* **TO DO**
Below are lines of data, and only some are wanted. Please repeat exactly those from the line that has "# Sketch6 → Cut-Extrude2 (cut)" through the line that has "# Sketch8 →".
= Beginning of Section =
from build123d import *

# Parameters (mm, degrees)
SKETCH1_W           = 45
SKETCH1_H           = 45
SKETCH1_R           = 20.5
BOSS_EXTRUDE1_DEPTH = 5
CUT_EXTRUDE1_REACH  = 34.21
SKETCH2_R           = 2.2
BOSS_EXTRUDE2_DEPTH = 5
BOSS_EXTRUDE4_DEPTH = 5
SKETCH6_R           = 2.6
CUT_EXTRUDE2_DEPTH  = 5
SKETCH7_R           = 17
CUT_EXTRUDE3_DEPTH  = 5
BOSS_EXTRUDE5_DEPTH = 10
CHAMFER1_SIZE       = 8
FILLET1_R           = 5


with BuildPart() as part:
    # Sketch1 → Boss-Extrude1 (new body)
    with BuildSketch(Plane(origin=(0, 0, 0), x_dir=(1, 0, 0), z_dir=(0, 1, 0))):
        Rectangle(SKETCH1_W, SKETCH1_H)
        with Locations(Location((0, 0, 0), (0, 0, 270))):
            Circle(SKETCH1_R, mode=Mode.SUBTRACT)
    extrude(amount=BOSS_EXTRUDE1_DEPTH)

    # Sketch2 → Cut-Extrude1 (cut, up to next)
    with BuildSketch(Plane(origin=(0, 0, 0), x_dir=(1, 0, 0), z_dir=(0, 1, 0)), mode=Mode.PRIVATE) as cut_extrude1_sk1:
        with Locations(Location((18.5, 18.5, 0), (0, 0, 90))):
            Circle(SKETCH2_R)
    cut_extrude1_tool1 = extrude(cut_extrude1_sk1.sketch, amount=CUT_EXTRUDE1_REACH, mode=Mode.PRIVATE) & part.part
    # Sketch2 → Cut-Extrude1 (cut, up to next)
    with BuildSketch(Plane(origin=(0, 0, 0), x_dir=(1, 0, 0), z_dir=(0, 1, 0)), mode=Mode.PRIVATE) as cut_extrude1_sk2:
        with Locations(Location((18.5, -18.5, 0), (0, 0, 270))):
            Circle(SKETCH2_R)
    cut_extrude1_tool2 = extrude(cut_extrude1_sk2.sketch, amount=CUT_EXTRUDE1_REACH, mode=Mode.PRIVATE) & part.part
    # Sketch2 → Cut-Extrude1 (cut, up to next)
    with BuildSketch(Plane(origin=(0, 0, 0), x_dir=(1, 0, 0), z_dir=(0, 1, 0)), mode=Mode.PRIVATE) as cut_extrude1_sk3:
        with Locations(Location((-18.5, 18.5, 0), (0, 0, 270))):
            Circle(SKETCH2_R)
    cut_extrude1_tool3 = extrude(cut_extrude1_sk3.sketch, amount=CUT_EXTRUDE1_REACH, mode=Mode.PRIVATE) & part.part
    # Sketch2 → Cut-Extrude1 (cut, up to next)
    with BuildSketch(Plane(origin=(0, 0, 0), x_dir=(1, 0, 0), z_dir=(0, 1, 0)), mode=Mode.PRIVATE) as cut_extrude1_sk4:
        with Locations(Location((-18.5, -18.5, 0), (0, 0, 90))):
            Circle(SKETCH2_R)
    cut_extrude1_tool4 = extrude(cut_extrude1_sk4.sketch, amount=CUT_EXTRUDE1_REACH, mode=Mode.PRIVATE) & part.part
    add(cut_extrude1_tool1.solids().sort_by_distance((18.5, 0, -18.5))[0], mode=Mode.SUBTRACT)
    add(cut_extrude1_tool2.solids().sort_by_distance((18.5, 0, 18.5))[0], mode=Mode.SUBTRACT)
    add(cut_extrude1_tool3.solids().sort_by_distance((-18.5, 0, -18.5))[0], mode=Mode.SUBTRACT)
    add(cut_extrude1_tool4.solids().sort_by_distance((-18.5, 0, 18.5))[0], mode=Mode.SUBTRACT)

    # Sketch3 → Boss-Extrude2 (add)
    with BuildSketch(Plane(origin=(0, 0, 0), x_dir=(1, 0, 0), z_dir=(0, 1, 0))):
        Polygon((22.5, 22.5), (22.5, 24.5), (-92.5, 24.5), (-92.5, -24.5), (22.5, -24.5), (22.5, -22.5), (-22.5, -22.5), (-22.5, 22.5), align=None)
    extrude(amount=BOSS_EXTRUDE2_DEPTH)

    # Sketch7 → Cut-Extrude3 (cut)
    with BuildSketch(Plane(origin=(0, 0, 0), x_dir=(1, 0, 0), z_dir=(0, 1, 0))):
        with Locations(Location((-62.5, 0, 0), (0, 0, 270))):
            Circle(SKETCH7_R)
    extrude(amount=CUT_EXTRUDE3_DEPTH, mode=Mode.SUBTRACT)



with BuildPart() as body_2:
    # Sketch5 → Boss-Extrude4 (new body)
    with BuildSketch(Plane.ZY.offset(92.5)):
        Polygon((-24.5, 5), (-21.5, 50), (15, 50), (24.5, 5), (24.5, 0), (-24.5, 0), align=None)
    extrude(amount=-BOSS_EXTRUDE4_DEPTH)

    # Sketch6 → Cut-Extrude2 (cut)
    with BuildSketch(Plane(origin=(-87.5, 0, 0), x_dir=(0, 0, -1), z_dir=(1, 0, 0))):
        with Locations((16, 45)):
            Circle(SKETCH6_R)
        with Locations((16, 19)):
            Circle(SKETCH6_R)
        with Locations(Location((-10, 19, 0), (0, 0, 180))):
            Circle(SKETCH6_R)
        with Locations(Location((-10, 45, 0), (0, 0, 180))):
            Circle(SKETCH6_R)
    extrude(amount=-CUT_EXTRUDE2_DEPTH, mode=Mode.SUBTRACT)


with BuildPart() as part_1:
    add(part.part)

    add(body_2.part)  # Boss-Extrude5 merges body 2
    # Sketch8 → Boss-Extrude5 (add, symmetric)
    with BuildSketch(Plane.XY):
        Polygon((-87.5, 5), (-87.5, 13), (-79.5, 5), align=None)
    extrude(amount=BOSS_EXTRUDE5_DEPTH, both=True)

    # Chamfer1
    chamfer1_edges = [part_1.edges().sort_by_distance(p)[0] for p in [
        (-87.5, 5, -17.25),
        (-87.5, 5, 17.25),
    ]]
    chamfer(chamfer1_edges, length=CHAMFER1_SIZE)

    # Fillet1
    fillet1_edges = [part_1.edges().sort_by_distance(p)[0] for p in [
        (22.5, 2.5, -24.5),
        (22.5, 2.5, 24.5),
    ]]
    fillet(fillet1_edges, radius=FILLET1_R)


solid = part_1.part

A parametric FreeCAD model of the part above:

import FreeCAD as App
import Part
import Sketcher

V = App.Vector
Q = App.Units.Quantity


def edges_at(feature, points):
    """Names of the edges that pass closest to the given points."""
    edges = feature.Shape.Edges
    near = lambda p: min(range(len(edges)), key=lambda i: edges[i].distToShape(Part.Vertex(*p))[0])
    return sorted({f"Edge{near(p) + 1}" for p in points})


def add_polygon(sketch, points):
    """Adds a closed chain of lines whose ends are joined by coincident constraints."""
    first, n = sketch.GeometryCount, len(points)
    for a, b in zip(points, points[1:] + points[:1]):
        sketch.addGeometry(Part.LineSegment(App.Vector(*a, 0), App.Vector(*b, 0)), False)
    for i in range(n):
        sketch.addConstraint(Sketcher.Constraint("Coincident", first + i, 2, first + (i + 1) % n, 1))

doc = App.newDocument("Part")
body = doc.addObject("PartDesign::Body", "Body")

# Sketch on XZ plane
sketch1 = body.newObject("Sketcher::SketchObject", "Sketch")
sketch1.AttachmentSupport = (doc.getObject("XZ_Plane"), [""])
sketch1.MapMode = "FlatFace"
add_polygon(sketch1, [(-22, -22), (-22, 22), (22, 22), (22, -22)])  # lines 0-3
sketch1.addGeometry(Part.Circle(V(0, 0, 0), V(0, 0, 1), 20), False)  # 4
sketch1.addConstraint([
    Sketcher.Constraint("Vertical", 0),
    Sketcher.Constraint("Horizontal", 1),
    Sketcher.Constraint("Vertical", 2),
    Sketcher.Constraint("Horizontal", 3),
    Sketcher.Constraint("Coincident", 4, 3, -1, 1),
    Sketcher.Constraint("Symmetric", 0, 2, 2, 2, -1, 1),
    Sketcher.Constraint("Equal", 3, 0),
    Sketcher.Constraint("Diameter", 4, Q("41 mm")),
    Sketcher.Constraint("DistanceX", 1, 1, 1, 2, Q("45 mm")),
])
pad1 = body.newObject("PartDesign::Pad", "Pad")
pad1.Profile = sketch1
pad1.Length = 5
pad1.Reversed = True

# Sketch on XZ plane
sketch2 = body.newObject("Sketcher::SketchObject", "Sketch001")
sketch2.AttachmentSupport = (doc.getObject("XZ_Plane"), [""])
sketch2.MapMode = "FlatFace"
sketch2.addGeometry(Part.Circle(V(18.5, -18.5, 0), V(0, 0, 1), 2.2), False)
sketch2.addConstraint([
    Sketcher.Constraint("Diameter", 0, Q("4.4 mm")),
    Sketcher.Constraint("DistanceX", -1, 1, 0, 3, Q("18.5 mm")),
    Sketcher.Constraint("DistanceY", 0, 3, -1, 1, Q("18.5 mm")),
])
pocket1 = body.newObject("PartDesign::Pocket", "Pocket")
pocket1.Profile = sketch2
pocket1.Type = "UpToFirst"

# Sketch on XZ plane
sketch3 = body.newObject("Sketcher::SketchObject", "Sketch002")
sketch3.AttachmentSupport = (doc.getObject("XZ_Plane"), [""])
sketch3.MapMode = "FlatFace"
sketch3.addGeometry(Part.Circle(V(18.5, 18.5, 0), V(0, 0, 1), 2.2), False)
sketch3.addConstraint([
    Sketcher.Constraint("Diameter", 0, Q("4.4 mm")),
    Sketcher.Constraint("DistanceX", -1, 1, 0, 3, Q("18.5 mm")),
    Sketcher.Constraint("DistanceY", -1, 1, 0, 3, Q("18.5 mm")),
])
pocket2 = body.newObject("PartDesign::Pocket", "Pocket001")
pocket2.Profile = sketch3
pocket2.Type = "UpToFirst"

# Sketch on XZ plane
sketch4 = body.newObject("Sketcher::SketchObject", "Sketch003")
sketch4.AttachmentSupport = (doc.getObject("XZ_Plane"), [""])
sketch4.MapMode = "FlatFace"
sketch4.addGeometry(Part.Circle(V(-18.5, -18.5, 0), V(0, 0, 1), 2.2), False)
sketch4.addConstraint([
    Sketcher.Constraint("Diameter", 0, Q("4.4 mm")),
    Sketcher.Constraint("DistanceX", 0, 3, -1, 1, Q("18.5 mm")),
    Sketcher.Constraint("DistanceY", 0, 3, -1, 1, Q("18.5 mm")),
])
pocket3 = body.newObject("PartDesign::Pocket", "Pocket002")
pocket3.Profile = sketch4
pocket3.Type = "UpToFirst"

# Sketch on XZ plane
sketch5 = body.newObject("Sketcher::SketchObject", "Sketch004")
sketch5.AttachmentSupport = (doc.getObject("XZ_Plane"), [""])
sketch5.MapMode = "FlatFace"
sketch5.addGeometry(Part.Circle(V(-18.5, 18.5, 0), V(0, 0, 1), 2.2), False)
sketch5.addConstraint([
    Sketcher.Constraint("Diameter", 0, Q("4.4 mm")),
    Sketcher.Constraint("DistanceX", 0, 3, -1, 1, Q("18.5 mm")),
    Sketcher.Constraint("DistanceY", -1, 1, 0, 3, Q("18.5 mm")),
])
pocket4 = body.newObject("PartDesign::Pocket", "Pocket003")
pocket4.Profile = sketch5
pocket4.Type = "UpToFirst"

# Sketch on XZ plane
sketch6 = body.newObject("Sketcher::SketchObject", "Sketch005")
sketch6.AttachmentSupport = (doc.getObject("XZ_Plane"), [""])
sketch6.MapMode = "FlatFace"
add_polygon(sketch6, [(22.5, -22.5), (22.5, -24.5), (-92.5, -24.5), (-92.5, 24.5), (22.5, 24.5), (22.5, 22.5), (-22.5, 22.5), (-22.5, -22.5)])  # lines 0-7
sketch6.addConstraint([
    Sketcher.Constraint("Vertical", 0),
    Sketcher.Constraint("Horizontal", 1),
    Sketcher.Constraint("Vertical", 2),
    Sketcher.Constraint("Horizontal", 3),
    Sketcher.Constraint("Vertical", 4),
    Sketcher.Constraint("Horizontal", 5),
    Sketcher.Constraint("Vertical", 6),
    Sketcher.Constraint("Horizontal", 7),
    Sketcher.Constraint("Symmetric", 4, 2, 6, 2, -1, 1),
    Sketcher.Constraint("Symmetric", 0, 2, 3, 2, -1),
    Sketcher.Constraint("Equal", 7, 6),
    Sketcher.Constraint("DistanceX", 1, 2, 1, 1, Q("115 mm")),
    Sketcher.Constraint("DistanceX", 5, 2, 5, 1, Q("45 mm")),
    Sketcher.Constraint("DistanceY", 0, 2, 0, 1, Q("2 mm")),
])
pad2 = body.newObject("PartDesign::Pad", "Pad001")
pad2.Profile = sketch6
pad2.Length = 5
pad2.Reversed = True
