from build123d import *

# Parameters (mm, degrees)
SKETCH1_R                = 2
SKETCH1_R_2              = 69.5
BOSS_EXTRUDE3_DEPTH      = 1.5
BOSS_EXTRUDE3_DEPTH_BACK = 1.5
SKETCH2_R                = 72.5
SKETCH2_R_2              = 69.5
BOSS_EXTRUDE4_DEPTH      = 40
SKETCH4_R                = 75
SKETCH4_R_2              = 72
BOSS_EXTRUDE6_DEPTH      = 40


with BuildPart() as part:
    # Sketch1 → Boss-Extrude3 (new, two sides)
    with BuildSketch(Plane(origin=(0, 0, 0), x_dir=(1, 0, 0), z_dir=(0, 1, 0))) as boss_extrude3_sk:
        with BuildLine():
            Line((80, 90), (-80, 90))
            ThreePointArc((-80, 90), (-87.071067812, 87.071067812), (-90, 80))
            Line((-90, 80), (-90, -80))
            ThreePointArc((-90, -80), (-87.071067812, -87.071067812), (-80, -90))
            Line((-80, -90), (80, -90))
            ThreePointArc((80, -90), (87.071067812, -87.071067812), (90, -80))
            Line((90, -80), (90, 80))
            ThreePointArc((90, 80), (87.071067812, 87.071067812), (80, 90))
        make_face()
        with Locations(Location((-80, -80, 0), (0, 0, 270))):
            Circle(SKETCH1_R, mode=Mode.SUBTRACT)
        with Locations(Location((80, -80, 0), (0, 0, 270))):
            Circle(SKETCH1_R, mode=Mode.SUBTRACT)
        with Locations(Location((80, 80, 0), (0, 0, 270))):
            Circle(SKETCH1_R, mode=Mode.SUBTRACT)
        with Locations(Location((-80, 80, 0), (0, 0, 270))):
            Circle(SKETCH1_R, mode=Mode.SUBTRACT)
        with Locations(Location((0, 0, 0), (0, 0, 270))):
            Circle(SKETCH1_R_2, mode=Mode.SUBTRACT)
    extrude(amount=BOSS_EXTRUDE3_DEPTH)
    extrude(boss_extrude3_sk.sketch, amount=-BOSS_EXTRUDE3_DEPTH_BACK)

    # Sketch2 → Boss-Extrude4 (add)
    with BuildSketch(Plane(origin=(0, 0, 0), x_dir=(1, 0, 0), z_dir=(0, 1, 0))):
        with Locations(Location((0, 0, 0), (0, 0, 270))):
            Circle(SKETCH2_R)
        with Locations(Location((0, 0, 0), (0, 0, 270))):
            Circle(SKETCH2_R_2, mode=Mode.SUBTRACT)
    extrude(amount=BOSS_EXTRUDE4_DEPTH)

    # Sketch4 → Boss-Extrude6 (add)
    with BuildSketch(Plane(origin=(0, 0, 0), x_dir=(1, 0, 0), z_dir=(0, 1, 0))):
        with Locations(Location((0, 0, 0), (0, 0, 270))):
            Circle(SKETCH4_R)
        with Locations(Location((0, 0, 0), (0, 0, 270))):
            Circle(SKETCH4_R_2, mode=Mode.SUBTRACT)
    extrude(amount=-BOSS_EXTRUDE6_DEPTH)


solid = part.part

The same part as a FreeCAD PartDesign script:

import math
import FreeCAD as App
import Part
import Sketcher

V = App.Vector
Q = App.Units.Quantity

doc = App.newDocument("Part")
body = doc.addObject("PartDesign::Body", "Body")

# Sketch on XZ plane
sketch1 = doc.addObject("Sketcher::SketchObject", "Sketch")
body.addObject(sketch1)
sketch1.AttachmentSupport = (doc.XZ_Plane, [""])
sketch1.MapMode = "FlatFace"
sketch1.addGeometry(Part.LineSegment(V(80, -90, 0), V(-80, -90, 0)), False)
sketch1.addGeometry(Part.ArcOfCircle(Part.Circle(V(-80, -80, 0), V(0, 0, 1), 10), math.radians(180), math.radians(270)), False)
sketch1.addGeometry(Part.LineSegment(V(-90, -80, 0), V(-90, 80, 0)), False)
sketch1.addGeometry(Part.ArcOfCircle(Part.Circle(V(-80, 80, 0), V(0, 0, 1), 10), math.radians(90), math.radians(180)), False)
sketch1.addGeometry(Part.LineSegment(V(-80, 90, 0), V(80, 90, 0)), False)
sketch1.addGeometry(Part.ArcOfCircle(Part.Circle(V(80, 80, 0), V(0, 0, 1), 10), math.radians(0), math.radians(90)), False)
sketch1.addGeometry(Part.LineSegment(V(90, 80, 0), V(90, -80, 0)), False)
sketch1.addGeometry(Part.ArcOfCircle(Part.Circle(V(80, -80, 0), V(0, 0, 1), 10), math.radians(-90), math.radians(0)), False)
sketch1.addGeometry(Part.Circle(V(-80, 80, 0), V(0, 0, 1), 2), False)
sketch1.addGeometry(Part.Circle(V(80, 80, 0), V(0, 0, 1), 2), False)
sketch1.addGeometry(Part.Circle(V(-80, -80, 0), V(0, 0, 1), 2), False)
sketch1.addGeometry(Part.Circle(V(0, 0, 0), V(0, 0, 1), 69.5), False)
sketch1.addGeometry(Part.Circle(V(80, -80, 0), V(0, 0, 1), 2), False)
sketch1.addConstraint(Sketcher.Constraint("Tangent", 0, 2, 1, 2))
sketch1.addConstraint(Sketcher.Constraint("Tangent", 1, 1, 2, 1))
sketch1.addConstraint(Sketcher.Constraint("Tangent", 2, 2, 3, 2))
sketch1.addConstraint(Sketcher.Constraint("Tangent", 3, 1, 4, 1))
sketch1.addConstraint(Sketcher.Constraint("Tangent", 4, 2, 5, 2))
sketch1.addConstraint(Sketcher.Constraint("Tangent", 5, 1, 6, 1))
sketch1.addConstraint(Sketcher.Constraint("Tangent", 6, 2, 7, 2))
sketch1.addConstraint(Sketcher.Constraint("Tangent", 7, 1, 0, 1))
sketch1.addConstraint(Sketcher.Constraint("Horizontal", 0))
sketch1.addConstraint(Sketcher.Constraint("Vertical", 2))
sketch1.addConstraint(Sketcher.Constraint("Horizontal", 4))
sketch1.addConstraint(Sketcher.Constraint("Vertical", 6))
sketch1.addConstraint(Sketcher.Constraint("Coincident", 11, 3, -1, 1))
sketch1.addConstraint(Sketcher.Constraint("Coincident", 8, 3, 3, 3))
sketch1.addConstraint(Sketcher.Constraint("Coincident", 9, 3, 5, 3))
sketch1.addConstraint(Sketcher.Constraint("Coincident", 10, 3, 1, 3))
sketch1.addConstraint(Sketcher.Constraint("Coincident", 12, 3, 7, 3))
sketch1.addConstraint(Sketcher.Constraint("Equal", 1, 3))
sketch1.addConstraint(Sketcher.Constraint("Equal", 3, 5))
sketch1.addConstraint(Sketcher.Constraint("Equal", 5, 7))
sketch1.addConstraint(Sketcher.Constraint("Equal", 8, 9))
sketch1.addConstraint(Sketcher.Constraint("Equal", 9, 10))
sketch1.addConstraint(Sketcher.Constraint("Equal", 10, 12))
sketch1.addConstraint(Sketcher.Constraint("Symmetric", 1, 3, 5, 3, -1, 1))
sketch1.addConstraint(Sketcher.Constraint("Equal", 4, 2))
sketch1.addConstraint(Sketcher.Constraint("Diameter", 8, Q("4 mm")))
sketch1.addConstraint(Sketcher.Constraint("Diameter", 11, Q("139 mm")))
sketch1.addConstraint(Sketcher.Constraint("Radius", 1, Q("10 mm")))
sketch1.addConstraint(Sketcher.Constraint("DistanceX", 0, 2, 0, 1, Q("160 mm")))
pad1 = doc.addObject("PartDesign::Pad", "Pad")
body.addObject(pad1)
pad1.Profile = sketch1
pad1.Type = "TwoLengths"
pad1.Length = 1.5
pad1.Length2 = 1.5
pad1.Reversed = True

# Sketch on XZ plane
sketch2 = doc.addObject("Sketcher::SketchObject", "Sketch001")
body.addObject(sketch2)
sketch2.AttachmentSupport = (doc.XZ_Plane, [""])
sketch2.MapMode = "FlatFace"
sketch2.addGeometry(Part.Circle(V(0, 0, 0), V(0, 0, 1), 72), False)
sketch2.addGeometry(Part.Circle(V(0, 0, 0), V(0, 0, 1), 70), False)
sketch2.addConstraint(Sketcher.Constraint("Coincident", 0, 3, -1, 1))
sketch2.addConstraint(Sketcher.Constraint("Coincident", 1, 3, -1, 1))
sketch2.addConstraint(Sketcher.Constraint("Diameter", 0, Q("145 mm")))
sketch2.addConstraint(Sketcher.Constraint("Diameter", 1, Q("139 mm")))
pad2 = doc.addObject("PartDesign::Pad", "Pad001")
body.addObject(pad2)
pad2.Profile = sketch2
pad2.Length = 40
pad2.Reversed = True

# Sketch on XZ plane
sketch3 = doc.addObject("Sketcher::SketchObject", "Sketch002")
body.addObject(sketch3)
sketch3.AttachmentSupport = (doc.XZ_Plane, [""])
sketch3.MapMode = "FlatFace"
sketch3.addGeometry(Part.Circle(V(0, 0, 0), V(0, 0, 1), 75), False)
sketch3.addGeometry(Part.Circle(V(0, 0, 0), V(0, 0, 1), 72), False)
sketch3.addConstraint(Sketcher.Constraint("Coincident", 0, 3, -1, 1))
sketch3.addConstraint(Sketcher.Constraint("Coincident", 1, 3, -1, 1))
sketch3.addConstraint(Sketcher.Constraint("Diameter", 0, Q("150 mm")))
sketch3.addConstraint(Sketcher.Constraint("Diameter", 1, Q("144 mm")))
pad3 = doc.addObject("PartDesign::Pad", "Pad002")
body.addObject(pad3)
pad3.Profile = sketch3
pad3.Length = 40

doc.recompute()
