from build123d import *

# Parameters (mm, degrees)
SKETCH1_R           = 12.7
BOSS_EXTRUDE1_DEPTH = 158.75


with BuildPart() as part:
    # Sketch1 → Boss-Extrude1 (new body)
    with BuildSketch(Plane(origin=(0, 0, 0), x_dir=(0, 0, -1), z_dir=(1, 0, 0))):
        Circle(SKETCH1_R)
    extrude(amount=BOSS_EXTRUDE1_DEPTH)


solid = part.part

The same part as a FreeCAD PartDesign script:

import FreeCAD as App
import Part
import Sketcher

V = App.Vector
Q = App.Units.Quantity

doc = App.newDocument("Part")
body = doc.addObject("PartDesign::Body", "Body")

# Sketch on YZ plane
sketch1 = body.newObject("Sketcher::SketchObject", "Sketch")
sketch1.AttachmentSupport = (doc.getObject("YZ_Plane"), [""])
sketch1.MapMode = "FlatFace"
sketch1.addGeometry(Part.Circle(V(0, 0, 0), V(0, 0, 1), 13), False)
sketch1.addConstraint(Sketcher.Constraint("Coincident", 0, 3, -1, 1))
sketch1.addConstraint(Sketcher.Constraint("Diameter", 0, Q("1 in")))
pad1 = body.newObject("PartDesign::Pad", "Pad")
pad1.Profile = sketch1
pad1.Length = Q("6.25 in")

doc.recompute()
= End of Section =
* **EXPECTED ANSWER**
    # Sketch6 → Cut-Extrude2 (cut)
    with BuildSketch(Plane(origin=(-87.5, 0, 0), x_dir=(0, 0, -1), z_dir=(1, 0, 0))):
        with Locations((16, 45)):
            Circle(SKETCH6_R)
        with Locations((16, 19)):
            Circle(SKETCH6_R)
        with Locations(Location((-10, 19, 0), (0, 0, 180))):
            Circle(SKETCH6_R)
        with Locations(Location((-10, 45, 0), (0, 0, 180))):
            Circle(SKETCH6_R)
    extrude(amount=-CUT_EXTRUDE2_DEPTH, mode=Mode.SUBTRACT)


with BuildPart() as part_1:
    add(part.part)

    add(body_2.part)  # Boss-Extrude5 merges body 2
    # Sketch8 → Boss-Extrude5 (add, symmetric)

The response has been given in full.